Dopo la vittoria di domenica contro Gilberto e i prestigiatori della capitale (canestro sulla sirena del preziosissimo Haslem) persino il titolo della “South – Est” sembra tutt'altro che una chimera, quando solo a metà gennaio il gap tra le due rivali rasentava la doppia cifra…
Ovviamente, qualsiasi velleità di “re-peat” passa dall'ennesimo miracolo implorato al soldato – come l'ha definito il suo allenatore – da Marquette.
La sua coraggiosa scelta di schivare - almeno fino al termine della stagione – i ferri della sala operatoria, ha suscitato un'ondata di euforia, poi subito smorzata da un velo di apprensione: vale la pena rischiare ulteriori complicazioni, per tentare – una comunque ardita – cavalcata nei playoffs?

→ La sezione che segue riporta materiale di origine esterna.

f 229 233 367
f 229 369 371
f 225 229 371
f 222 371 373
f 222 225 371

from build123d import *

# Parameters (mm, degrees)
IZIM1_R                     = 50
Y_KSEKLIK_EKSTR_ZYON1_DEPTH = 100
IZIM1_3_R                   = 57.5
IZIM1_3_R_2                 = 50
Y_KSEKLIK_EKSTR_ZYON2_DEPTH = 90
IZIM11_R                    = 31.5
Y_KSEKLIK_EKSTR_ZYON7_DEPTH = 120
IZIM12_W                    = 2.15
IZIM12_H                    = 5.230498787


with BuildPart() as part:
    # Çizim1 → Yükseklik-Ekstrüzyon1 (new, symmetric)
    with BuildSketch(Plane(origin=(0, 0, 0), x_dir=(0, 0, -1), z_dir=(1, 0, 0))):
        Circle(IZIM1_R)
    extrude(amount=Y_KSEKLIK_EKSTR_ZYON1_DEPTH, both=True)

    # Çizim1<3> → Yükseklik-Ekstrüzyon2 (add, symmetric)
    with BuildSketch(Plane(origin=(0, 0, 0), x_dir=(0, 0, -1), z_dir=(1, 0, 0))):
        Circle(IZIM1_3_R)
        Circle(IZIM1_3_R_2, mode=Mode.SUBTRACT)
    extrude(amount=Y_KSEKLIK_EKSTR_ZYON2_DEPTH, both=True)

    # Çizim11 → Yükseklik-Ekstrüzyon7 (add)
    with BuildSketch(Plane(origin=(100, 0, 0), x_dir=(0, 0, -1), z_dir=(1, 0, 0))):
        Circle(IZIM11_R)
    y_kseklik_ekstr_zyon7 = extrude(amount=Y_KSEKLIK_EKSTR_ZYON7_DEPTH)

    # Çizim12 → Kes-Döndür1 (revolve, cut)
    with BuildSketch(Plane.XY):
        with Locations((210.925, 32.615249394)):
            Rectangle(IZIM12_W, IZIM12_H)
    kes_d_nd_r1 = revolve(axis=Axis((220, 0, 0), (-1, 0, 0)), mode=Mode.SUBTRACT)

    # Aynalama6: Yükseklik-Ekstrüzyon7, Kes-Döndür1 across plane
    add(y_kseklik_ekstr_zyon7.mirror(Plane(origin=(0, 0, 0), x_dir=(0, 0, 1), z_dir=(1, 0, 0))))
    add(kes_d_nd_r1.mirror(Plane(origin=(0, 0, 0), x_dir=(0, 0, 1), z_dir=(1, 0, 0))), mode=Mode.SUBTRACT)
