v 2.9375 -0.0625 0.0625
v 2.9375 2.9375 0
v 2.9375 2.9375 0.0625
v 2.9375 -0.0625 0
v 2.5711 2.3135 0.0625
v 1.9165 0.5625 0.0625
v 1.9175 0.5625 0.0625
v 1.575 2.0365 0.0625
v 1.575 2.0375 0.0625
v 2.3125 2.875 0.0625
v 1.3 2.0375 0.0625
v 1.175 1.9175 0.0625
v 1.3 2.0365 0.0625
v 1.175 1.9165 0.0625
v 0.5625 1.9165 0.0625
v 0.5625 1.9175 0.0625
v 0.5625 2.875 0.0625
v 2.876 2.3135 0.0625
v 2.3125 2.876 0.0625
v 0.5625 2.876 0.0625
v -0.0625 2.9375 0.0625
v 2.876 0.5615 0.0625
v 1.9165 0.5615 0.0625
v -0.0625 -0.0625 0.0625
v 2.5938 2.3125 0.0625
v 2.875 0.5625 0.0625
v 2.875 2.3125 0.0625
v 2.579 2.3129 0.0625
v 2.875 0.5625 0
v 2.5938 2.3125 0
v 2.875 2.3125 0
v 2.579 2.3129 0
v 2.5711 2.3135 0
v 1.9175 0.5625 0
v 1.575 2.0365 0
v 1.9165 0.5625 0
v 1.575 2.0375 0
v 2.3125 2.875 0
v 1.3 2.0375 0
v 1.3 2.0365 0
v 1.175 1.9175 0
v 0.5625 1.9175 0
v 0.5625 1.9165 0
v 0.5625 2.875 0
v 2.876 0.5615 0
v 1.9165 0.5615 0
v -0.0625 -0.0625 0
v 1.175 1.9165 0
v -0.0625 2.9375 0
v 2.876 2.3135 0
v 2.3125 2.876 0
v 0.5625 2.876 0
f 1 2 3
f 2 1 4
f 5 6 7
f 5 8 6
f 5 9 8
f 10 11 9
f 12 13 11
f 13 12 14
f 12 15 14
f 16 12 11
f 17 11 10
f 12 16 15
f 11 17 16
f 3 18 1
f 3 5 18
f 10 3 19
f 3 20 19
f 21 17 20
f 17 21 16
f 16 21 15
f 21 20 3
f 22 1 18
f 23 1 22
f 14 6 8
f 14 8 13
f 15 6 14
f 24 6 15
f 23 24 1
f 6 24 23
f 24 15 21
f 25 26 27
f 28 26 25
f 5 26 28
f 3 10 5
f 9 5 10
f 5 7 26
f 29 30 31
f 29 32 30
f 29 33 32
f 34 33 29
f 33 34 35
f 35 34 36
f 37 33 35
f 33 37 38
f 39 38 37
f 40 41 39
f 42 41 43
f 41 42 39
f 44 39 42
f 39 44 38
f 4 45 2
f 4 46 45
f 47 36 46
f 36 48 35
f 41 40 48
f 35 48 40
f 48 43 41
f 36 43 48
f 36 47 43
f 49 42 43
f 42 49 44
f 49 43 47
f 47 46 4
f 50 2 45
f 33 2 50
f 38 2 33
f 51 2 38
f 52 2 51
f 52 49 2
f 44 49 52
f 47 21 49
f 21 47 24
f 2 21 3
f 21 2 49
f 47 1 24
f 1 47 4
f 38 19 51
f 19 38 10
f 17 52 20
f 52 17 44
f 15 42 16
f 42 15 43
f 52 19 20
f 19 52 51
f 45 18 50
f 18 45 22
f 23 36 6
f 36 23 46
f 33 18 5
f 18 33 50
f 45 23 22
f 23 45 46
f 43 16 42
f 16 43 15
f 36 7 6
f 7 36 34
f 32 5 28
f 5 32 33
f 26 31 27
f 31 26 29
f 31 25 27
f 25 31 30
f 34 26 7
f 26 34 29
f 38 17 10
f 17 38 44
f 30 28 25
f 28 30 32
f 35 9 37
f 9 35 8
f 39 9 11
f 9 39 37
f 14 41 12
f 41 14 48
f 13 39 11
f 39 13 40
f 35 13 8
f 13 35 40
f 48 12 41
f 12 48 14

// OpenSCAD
// file: modules.scad
// modules.scad — shared tile-building blocks: plate, rivets, edge ID marks,
// and the common plate/hole dimensional constants used by every tile.
// Units: inches
//
// Usage — must be `include`, not `use`, and the include line must come
// before any code in the caller that references plate_w/plate_d/plate_h/
// frame_w/hole_d/hole_r: a variable defined only inside an included file is
// invisible to code positioned before the include statement.
//   include <modules.scad>
//   plate(["red", undef, "blue", undef, undef, "green"]);
//
// plate(colors) is the main entry point: it builds the complete base tile in
// one call — the frame with edge ID marks, the darkgray plate, and the
// lightgray rivet ring (40 rivets, 10 per side, corners shared). colors is the
// same 6-slot frame_with_id() array described below.
//
// frame_with_id() colors are applied left-to-right (−x to +x), repeated
// identically on all four edges. Bottom and right edges read the array in
// reverse (slot 5-i) so the pattern stays consistent when the tile is flipped.
// Any position left as undef or omitted defaults to black. 6 regions span the
// straight run of each edge (corners always stay solid black). A thin black
// layer covers the marks on the top face; marks are visible from the edge.

plate_w = 2 + 7/8;
plate_d = 2 + 7/8;
plate_h = 1/16;
frame_w = 1/16;
hole_d  = 3/32;
hole_r  = hole_d / 2;

module rivet_holes() {
    spacing_x = plate_w / 10;
    spacing_y = plate_d / 10;
    inset_x   = spacing_x / 2;
    inset_y   = spacing_y / 2;
    for (i = [0:9]) translate([inset_x + i * spacing_x, inset_y,           -1]) cylinder(h = plate_h + 2, r = hole_r, $fn = 20);
    for (i = [0:9]) translate([inset_x + i * spacing_x, plate_d - inset_y, -1]) cylinder(h = plate_h + 2, r = hole_r, $fn = 20);
    for (i = [0:9]) translate([inset_x,           inset_y + i * spacing_y, -1]) cylinder(h = plate_h + 2, r = hole_r, $fn = 20);
    for (i = [0:9]) translate([plate_w - inset_x, inset_y + i * spacing_y, -1]) cylinder(h = plate_h + 2, r = hole_r, $fn = 20);
}

module rivets() {
    spacing_x = plate_w / 10;
    spacing_y = plate_d / 10;
    inset_x   = spacing_x / 2;
    inset_y   = spacing_y / 2;
    color("lightgray") {
        for (i = [0:9]) translate([inset_x + i * spacing_x, inset_y,           0]) cylinder(h = plate_h, r = hole_r, $fn = 20);
        for (i = [0:9]) translate([inset_x + i * spacing_x, plate_d - inset_y, 0]) cylinder(h = plate_h, r = hole_r, $fn = 20);
        for (i = [0:9]) translate([inset_x,           inset_y + i * spacing_y, 0]) cylinder(h = plate_h, r = hole_r, $fn = 20);
        for (i = [0:9]) translate([plate_w - inset_x, inset_y + i * spacing_y, 0]) cylinder(h = plate_h, r = hole_r, $fn = 20);
    }
}

module frame_with_id(colors = []) {
    id_cover = plate_h / 8;
    region_w = plate_w / 6;
    region_d = plate_d / 6;
    mark_h   = plate_h - id_cover;

    color("black")
    difference() {
        translate([-frame_w, -frame_w, 0])
            cube([plate_w + 2 * frame_w, plate_d + 2 * frame_w, plate_h]);
        translate([0, 0, -0.001])
            cube([plate_w, plate_d, plate_h + 0.002]);
        // top/bottom/left/right straight runs only — corners stay solid black
        translate([0, plate_d - 0.001, -0.001])
            cube([plate_w, frame_w + 0.002, plate_h + 0.002]);
        translate([0, -frame_w - 0.001, -0.001])
            cube([plate_w, frame_w + 0.002, plate_h + 0.002]);
        translate([-frame_w - 0.001, 0, -0.001])
            cube([frame_w + 0.002, plate_d, plate_h + 0.002]);
        translate([plate_w - 0.001, 0, -0.001])
            cube([frame_w + 0.002, plate_d, plate_h + 0.002]);
    }

    for (i = [0:5]) {
        c     = (colors[i] != undef) ? colors[i] : "black";

        // top edge
        color(c) translate([i * region_w, plate_d, 0]) cube([region_w, frame_w, mark_h]);
        color("black") translate([i * region_w, plate_d, mark_h]) cube([region_w, frame_w, id_cover]);

        // bottom edge (reversed)
        color(c) translate([(5-i) * region_w, -frame_w, 0]) cube([region_w, frame_w, mark_h]);
        color("black") translate([(5-i) * region_w, -frame_w, mark_h]) cube([region_w, frame_w, id_cover]);

        // left edge
        color(c) translate([-frame_w, i * region_d, 0]) cube([frame_w, region_d, mark_h]);
        color("black") translate([-frame_w, i * region_d, mark_h]) cube([frame_w, region_d, id_cover]);

        // right edge (reversed)
        color(c) translate([plate_w, (5-i) * region_d, 0]) cube([frame_w, region_d, mark_h]);
        color("black") translate([plate_w, (5-i) * region_d, mark_h]) cube([frame_w, region_d, id_cover]);
    }
}

module plate(colors = []) {
    frame_with_id(colors);
    union() {
        difference() {
            color("darkgray") cube([plate_w, plate_d, plate_h]);
            rivet_holes();
        }
        rivets();
    }
}
// main file
// element11.scad — right-turn belt tile
// Units: inches

straight   = false;
left_turn  = false;
right_turn = true;

include <modules.scad>

belt_w    = 1.75;
belt_half = belt_w / 2;

roller_count  = 13;
roller_h_size = 3/16;
roller_r      = roller_h_size / 2;
roller_inset  = plate_w / 20;
roller_x_lo   = 2 * roller_inset;
roller_x_hi   = plate_w - 2 * roller_inset;
roller_y_step = (plate_w - 2 * roller_inset) / 12;

b_L = plate_w / 2 - belt_half;
b_R = plate_w / 2 + belt_half;
nub = roller_x_hi - b_R;

arrow_w       = belt_w * 0.75;
arrow_shaft_w = arrow_w * 0.4;
arrow_shaft_h = 1.5;
arrow_head_h  = arrow_w / 2;
arrow_h       = arrow_shaft_h + arrow_head_h;
arrow_tip_y   = 3 * plate_d / 20 + 1/4 + 7 * plate_d / 10;
arrow_y       = arrow_tip_y - arrow_h;
arrow_outline = 1/16;
arrow_fill_w  = 2 * arrow_outline;

cx         = plate_w / 2;
r_curve    = 0.48;
y_merge    = arrow_y + arrow_shaft_h;
y_arc_ctr  = y_merge + 0.12;
y_entry    = y_arc_ctr + r_curve;
cx_l       = cx - r_curve;
cx_r       = cx + r_curve;
r_outer    = r_curve + belt_half;
h_straight = 0.49;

Ne vale… a detta dell'interessato; anche perché, pur a mezzo servizio – niente più pazze incursioni fino al ferro – la sua sola presenza in campo, basta per rendere gli Heat la legittima favorita a guadagnarsi il dubbio privilegio di affrontare una delle potenze dell'Ovest nella prima settimana di giugno.
Nessuno ha la sfera di cristallo, ma la mia sensazione è che per il secondo anno consecutivo il circo mediatico che ruota attorno alla fase finale del torneo Nba, farà tappa nella gaudente South Beach.
Del resto, il Sergente ha suggerito un'uscita di scena aggraziata e - magari – vincente…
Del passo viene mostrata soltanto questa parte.